Her sense of humor and her belief only in being funny made her part of a dying tribe, the last remaining people who honestly believe that if you can’t take a joke, you are welcome to go (bleep) yourself. Her descendants include not only the Kathy Griffins and Sarah Silvermans of the comedy world, but also the only person you really want to talk to at a party, the one with the unhinged mouth.
Observing this fact is not the same as issuing a harangue against political correctness and the word police. Saying goodbye to Joan Rivers means that we have to address a whole minefield of fine lines that zigzag across the fraught territories of free speech and showbiz — places that Rivers boldly tromped through over and over. It only works if you have a knack for it. What we’re learning in this tell-all, tweet-all age is that most of us don’t have her knack for it.
Rivers had no worries about damaging the brand, a fear that grips us all now. Say or tweet the wrong thing and your career (as a performer, as an author, as a politician, as a weather forecaster, as an athlete, or, more dire, as an anybody) is potentially toast, unless you cough up precisely the right kind of apology.
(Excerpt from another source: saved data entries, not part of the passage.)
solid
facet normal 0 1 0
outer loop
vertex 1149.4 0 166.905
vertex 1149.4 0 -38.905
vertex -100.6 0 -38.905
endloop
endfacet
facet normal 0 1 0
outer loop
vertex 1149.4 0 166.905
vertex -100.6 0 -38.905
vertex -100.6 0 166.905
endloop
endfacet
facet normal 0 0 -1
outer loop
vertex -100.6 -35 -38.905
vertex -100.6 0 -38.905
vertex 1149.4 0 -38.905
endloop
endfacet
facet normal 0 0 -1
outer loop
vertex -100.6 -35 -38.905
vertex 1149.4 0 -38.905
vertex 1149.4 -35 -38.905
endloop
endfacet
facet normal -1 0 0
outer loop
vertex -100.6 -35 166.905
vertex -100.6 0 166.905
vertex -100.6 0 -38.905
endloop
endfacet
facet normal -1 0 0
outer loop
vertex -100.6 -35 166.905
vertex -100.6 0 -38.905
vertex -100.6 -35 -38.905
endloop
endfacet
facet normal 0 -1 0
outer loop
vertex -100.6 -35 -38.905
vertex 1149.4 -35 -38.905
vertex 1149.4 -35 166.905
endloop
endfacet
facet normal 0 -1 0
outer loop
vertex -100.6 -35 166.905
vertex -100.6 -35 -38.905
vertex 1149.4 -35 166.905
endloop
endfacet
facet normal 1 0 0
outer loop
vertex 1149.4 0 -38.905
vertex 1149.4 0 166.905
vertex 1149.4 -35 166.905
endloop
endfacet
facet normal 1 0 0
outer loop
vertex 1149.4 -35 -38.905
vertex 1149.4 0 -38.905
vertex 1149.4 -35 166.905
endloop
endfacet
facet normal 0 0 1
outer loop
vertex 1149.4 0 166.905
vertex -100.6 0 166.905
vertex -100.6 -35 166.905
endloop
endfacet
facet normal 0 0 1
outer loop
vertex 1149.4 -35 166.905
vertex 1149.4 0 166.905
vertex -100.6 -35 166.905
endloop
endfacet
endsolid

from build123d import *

# Parameters (mm, degrees)
F0_W      = 200
F0_H      = 5.810397
F1_DEPTH  = 35
F1_FACE_W = 200
F1_FACE_H = 35
F2_DEPTH  = 200
F2_FACE_W = 35
F2_FACE_H = 205.810398
F3_DEPTH  = 1250


with BuildPart() as f1:
    # F0 (on Front) → F1 (new body)
    with BuildSketch(Plane.XZ):
        with Locations((-0.600006, -36.000002)):
            Rectangle(F0_W, F0_H)
    extrude(amount=F1_DEPTH)

    # F1_face (on face) → F2 (join)
    with BuildSketch(Plane(origin=(-0.600006, -17.5, -33.094804), x_dir=(1, 0, 0), z_dir=(0, 0, 1))):
        Rectangle(F1_FACE_W, F1_FACE_H)
    extrude(amount=F2_DEPTH)

    # F2_face (on face) → F3 (join)
    with BuildSketch(Plane(origin=(-100.600006, -17.5, 63.999998), x_dir=(0, -1, 0), z_dir=(-1, 0, 0))):
        Rectangle(F2_FACE_W, F2_FACE_H)
    extrude(amount=-F3_DEPTH)


solid = f1.part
In charting the ups and downs of both her career and personal life, Rivers continually reminded her fans that there was no value in walking back a good joke. She argued with her hecklers. She stood by her words. What could happen to her that hadn’t happened already? She was banished from her warm seat at Johnny Carson’s “Tonight Show” for having the audacity to act in her own self interest and accept another network’s offer to host a late-night talk show in 1986. Her signature line — “Can we talk?” — was answered from many corners with a Does she ever shut up? After her talk show was canceled, her husband and business partner killed himself.
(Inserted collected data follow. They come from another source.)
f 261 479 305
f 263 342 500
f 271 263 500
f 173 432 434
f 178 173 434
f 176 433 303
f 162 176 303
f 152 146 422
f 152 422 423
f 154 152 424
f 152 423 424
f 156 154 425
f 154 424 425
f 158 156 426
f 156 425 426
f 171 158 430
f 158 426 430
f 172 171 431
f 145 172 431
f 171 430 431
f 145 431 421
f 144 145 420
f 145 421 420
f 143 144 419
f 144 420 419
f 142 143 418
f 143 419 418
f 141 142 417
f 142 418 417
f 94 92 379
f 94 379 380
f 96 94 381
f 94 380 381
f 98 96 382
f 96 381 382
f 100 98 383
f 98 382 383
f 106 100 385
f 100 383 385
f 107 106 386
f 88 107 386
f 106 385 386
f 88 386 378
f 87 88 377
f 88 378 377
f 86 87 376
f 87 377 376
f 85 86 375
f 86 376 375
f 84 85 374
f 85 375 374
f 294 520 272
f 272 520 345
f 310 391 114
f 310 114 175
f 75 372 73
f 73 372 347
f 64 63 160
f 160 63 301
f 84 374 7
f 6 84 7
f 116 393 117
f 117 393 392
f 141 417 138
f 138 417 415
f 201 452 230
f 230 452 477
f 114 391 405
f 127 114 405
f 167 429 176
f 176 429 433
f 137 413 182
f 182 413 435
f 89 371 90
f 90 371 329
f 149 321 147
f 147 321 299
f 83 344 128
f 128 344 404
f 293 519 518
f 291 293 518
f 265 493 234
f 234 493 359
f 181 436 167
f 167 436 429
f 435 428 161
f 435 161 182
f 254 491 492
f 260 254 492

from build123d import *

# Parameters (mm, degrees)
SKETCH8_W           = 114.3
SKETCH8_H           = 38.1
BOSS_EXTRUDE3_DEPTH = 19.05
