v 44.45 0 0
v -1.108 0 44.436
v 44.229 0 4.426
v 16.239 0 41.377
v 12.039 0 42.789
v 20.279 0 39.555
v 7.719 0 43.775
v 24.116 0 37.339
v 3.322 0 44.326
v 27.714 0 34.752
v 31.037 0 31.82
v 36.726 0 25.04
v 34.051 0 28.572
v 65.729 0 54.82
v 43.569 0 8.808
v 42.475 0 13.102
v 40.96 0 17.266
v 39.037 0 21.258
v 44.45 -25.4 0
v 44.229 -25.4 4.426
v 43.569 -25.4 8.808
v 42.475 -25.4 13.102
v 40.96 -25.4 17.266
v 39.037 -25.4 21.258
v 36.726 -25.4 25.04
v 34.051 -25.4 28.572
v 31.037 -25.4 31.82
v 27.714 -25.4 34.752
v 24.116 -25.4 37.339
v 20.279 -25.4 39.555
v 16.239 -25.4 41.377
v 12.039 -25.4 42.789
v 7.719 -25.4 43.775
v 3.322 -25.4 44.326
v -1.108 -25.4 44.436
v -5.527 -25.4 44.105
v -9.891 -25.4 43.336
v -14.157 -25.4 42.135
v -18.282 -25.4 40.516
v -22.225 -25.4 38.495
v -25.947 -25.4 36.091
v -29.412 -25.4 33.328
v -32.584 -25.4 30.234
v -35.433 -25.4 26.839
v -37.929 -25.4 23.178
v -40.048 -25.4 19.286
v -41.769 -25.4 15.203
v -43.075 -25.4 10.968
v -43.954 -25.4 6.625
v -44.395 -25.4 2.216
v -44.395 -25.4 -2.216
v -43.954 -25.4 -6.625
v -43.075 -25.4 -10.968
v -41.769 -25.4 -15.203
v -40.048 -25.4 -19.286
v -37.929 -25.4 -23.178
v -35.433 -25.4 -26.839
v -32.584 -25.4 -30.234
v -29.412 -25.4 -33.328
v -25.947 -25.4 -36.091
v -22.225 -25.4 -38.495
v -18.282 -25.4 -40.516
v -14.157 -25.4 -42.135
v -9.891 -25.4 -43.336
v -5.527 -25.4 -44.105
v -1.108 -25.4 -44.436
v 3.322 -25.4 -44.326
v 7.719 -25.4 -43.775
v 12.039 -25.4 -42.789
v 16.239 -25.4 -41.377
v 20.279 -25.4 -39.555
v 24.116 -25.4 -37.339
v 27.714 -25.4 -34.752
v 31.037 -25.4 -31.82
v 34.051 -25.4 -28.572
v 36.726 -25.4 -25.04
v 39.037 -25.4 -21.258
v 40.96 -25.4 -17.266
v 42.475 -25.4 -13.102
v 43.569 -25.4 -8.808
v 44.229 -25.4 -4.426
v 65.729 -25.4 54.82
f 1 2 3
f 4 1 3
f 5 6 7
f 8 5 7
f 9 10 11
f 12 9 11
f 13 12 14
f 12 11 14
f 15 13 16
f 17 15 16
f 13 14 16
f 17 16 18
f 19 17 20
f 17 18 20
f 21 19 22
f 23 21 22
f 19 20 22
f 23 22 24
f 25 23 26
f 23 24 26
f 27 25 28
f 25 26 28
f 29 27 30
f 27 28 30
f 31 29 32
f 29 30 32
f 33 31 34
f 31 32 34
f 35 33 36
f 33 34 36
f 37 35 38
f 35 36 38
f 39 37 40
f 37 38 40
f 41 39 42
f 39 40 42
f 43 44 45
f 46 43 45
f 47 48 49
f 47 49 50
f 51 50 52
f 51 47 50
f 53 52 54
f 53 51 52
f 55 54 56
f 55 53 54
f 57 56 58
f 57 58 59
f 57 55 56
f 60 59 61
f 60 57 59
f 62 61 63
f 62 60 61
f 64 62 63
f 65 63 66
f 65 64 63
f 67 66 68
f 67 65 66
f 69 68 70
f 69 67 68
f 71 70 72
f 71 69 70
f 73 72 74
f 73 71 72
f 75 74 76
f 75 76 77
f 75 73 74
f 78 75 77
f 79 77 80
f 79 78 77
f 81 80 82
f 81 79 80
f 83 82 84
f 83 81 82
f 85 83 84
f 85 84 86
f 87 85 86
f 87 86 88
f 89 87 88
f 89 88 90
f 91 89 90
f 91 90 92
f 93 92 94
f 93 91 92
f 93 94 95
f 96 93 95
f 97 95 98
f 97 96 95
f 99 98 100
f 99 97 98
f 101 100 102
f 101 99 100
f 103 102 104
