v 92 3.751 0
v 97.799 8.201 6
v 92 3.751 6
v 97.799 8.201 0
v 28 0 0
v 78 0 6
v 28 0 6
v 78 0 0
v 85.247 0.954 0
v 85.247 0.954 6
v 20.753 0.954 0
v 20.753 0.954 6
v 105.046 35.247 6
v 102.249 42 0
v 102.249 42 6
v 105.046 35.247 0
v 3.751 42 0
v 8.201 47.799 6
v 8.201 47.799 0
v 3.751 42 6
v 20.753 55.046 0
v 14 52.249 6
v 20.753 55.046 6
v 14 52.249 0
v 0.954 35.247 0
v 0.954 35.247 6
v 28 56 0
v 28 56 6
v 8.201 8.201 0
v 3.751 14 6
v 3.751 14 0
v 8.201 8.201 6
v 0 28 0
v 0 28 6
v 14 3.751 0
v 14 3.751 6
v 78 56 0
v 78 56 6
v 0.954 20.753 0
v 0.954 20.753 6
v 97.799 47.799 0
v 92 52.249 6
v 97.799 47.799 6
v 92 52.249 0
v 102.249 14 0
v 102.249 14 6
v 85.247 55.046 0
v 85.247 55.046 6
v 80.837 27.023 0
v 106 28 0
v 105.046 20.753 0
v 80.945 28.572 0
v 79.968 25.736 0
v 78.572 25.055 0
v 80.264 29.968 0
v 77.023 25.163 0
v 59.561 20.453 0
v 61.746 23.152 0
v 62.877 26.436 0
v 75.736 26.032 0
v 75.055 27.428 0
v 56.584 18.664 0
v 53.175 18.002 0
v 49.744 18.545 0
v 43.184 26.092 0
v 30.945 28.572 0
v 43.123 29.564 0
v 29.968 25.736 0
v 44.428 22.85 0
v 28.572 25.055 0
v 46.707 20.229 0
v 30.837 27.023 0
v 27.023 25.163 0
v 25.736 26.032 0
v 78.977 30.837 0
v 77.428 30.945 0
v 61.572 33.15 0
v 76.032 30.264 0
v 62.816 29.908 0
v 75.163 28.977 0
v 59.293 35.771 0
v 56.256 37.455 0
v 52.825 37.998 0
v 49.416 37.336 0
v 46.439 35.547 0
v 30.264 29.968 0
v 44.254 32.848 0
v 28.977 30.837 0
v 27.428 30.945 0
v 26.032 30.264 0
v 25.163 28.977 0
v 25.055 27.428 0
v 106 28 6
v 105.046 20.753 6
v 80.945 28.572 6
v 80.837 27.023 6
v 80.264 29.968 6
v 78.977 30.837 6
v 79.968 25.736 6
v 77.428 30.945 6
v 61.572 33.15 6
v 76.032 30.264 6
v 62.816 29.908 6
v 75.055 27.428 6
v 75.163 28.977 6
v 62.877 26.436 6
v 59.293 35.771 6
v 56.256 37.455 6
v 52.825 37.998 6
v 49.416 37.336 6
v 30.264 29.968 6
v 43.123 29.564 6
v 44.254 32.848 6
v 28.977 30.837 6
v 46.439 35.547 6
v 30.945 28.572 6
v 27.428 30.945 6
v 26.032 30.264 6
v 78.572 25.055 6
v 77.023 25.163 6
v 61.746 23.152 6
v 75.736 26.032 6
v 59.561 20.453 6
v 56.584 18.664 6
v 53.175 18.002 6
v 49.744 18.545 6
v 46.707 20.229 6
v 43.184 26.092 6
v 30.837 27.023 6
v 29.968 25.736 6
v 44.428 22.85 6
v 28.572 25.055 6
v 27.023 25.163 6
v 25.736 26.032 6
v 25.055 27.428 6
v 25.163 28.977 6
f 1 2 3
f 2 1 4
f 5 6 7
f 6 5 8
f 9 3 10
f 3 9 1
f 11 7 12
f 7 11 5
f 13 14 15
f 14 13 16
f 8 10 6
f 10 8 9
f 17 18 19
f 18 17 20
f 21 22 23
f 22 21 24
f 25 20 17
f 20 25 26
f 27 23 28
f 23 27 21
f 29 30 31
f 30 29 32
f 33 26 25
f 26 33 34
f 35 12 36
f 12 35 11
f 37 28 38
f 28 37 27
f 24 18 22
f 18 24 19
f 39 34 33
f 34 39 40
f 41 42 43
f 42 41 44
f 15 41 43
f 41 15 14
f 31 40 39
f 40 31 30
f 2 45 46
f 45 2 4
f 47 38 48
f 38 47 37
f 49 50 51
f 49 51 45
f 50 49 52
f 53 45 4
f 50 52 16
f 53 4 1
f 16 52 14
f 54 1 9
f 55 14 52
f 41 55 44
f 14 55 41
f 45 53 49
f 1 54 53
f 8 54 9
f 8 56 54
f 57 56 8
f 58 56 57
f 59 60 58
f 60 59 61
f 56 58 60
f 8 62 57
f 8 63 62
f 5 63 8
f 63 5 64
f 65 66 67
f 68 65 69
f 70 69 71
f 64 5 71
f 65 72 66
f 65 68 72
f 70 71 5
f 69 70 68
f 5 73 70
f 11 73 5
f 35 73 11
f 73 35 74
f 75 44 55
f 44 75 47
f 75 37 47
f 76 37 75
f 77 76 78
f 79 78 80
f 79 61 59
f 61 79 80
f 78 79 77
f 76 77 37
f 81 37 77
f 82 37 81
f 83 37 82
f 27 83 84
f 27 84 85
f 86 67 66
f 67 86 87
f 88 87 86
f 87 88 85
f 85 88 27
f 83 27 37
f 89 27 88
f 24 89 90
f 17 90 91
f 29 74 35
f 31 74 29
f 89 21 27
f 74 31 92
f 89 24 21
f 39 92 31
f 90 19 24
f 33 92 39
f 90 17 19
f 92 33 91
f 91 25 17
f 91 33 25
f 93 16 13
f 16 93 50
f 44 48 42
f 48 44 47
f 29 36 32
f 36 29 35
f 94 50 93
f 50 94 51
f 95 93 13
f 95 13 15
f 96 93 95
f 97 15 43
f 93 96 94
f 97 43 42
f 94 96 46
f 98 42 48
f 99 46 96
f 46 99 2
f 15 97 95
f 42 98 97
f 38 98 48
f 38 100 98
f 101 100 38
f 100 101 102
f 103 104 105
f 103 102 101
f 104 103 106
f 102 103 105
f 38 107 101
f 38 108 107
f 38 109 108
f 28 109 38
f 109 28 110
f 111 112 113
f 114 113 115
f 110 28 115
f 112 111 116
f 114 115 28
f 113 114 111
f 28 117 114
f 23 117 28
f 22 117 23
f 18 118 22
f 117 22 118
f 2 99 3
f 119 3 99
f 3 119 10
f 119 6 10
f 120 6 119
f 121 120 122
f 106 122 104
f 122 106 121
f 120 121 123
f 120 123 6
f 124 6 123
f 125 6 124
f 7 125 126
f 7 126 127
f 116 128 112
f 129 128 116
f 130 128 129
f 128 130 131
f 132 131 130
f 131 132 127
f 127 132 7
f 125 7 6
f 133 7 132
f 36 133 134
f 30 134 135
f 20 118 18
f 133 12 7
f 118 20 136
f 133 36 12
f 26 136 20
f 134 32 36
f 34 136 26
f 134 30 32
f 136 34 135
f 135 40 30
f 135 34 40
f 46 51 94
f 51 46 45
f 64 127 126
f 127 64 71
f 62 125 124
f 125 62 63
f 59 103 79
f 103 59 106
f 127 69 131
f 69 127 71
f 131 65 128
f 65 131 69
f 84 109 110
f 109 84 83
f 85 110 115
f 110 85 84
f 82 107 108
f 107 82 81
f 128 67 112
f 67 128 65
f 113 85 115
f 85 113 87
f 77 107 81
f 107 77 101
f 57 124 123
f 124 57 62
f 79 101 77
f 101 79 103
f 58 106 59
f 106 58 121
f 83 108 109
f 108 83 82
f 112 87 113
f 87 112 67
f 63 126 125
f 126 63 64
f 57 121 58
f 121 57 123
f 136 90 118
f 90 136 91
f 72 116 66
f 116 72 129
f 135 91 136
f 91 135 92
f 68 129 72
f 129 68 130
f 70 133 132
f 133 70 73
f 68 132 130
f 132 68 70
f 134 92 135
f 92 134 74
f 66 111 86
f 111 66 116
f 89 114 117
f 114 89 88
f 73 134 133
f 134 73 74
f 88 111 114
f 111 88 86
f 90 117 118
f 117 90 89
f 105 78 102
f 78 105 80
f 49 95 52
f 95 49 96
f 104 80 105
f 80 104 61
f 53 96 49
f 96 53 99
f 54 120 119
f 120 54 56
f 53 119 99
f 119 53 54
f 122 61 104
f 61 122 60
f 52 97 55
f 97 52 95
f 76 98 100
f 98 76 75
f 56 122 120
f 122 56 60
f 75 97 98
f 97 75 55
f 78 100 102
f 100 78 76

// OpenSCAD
$fn = 32;

// ----------------------------------------------------------------------
// Spacer plate: obround span 50, caps R28
// ----------------------------------------------------------------------

// --- parameters (mm) ---
bore_r = 10;              // centre bore radius
bolt_r = 3;               // bolt hole radius
plate_t = 6;              // plate thickness, Z (extrusion height)
span = 50;                // obround span
cap_r = 28;               // cap radius

profile = [[28, 56], [20.753, 55.046], [14, 52.249], [8.201, 47.799], [3.751, 42], [0.954, 35.247], [0, 28], [0.954, 20.753], [3.751, 14], [8.201, 8.201], [14, 3.751], [20.753, 0.954], [28, 0], [78, 0], [85.247, 0.954], [92, 3.751], [97.799, 8.201], [102.249, 14], [105.046, 20.753], [106, 28], [105.046, 35.247], [102.249, 42], [97.799, 47.799], [92, 52.249], [85.247, 55.046], [78, 56]];  // primary outline, 26 points, counter clockwise
void_1 = [[62.816, 29.908], [61.572, 33.15], [59.293, 35.771], [56.256, 37.455], [52.825, 37.998], [49.416, 37.336], [46.439, 35.547], [44.254, 32.848], [43.123, 29.564], [43.184, 26.092], [44.428, 22.85], [46.707, 20.229], [49.744, 18.545], [53.175, 18.002], [56.584, 18.664], [59.561, 20.453], [61.746, 23.152], [62.877, 26.436]];  // centre bore, 18 points
void_2 = [[30.945, 28.572], [30.264, 29.968], [28.977, 30.837], [27.428, 30.945], [26.032, 30.264], [25.163, 28.977], [25.055, 27.428], [25.736, 26.032], [27.023, 25.163], [28.572, 25.055], [29.968, 25.736], [30.837, 27.023]];  // end hole, 12 points
void_3 = [[80.945, 28.572], [80.264, 29.968], [78.977, 30.837], [77.428, 30.945], [76.032, 30.264], [75.163, 28.977], [75.055, 27.428], [75.736, 26.032], [77.023, 25.163], [78.572, 25.055], [79.968, 25.736], [80.837, 27.023]];  // end hole, 12 points

// --- the one profile operation ---
difference() {
  linear_extrude(height = plate_t) polygon(points = profile);
  translate([0, 0, -1])
    linear_extrude(height = plate_t + 2) polygon(points = void_1);
  translate([0, 0, -1])
    linear_extrude(height = plate_t + 2) polygon(points = void_2);
  translate([0, 0, -1])
    linear_extrude(height = plate_t + 2) polygon(points = void_3);
}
Rather than drift away, she spent the better part of a decade associated with the red carpet mania at awards shows — perhaps the vilest and smarmiest place American culture has ever constructed — where she became famous all over again for brashly piercing egos and cracking jokes about celebrity fashion choices in real time. She got so good at it that “Saturday Night Live” was compelled to portray her in 1999 as a fanged demon who feeds off the blood of starlets and then sprouts wings and flies away.
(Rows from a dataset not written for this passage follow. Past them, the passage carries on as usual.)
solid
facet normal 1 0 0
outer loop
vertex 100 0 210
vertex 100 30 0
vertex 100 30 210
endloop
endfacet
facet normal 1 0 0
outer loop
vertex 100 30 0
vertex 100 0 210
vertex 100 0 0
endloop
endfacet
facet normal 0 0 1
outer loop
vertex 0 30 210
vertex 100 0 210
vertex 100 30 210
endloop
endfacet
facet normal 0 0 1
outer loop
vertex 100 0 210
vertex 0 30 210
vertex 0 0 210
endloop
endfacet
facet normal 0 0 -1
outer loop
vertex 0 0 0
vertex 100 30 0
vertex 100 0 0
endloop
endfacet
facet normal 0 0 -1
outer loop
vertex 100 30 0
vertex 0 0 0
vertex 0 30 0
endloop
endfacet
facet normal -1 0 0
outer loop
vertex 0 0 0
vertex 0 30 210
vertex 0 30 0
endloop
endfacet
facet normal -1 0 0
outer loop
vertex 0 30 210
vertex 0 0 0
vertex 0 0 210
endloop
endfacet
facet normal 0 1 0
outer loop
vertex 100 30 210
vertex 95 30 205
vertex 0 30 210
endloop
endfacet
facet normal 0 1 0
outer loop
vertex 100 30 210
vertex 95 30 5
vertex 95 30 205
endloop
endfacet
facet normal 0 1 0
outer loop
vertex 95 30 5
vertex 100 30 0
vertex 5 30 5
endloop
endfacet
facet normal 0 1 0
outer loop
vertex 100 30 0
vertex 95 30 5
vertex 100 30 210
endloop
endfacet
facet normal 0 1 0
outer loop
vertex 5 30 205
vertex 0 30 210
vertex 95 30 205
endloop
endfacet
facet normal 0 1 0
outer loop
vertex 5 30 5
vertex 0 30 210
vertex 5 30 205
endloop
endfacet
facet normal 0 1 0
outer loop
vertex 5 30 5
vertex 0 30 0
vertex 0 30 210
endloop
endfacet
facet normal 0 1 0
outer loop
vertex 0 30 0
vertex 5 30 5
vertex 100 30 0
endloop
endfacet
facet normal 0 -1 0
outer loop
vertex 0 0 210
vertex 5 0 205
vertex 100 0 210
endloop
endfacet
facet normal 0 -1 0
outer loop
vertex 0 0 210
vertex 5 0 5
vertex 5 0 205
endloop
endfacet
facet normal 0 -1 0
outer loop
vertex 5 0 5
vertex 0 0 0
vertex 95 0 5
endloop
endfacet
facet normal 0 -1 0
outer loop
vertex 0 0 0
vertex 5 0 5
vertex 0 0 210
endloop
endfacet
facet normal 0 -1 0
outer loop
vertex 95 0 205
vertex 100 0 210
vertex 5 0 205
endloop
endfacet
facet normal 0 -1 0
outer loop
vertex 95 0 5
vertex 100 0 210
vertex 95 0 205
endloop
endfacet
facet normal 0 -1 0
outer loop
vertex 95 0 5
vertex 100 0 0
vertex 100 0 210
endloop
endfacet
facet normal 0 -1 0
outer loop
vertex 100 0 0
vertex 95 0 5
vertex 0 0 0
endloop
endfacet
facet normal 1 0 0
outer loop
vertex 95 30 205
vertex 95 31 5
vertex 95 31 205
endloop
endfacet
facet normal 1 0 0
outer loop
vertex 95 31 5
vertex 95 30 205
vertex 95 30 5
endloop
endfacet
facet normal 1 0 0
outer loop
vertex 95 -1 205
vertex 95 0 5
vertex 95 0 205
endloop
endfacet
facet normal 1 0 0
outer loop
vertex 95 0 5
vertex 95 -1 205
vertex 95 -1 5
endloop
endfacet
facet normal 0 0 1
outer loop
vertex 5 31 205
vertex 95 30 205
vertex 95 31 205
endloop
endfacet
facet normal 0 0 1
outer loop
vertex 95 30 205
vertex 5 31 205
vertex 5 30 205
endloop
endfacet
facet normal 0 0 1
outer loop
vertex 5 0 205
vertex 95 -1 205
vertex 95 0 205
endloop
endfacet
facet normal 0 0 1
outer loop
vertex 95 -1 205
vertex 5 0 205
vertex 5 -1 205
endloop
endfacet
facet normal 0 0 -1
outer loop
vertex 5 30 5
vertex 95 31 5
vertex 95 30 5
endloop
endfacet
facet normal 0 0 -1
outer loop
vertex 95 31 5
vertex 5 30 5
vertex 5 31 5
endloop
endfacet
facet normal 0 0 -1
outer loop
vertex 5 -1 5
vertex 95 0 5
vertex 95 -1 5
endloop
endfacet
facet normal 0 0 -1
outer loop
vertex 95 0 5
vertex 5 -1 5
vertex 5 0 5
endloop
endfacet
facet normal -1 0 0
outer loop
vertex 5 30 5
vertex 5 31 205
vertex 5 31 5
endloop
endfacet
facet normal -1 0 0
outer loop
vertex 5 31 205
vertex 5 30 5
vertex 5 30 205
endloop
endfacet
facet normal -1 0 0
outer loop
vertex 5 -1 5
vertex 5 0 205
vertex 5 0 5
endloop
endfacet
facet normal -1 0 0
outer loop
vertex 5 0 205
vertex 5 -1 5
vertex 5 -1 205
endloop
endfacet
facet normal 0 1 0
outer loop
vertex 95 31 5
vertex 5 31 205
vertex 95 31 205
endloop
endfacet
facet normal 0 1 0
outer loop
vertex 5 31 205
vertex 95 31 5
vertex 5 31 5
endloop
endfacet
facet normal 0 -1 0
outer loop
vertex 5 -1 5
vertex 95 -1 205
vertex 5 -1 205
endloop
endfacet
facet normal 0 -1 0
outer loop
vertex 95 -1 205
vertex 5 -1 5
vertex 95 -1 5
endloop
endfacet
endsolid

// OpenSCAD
module frontDoor(width, height, depth, reveal) {
	blackberry = [ 102/255, 0/255, 102/255 ];
	blackberryLight = [ 160/255, 160/255, 160/255 ];

	union() {
		color(blackberry)
		cube([width, depth, height]);
		
		color(blackberryLight)
		translate([reveal, -1, reveal])
		cube([width - reveal * 2, depth + 2, height - reveal * 2]);
	}
}

frontDoor(100, 210, 30, 5);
She was ahead of her time there, too. Now, when it comes to red carpets, many viewers at home do as Rivers taught them, tweeting out whatever funny and occasionally cruel remark pops into their heads. On her weekly E! show “Fashion Police,” Rivers wisely surrounded herself with a panel of “experts” to both affirm her remarks and deflect them. Giuliana Rancic, with eyes as a large as a child’s in a thrift-store painting, would instinctively transmit a look of apologetic disdain to all of Hollywood when Rivers went too far with a joke, while, to Rivers’s immediate left, stylist George Kotsiopoulos would shriek with laughter at everything she said, no matter how ribald or inappropriate. This let the viewer have it both ways.
Somehow, “Can we talk?” became “Excuse me, may I please talk?” We are, as she was, in search of a balance in mastering that dark art of having something to say about everything: How mean is too mean? When does a catty remark involve too much claw? You never really know until you put it out there; your audience — whether on live TV or at the dining room table — will either laugh or they won’t, and sometimes they’ll hiss.
Late in life, Joan Rivers seemed to want us to know something very important about all this, something we’re forgetting more and more: Everything blows over. You think it, you say it and, no matter what, you move on.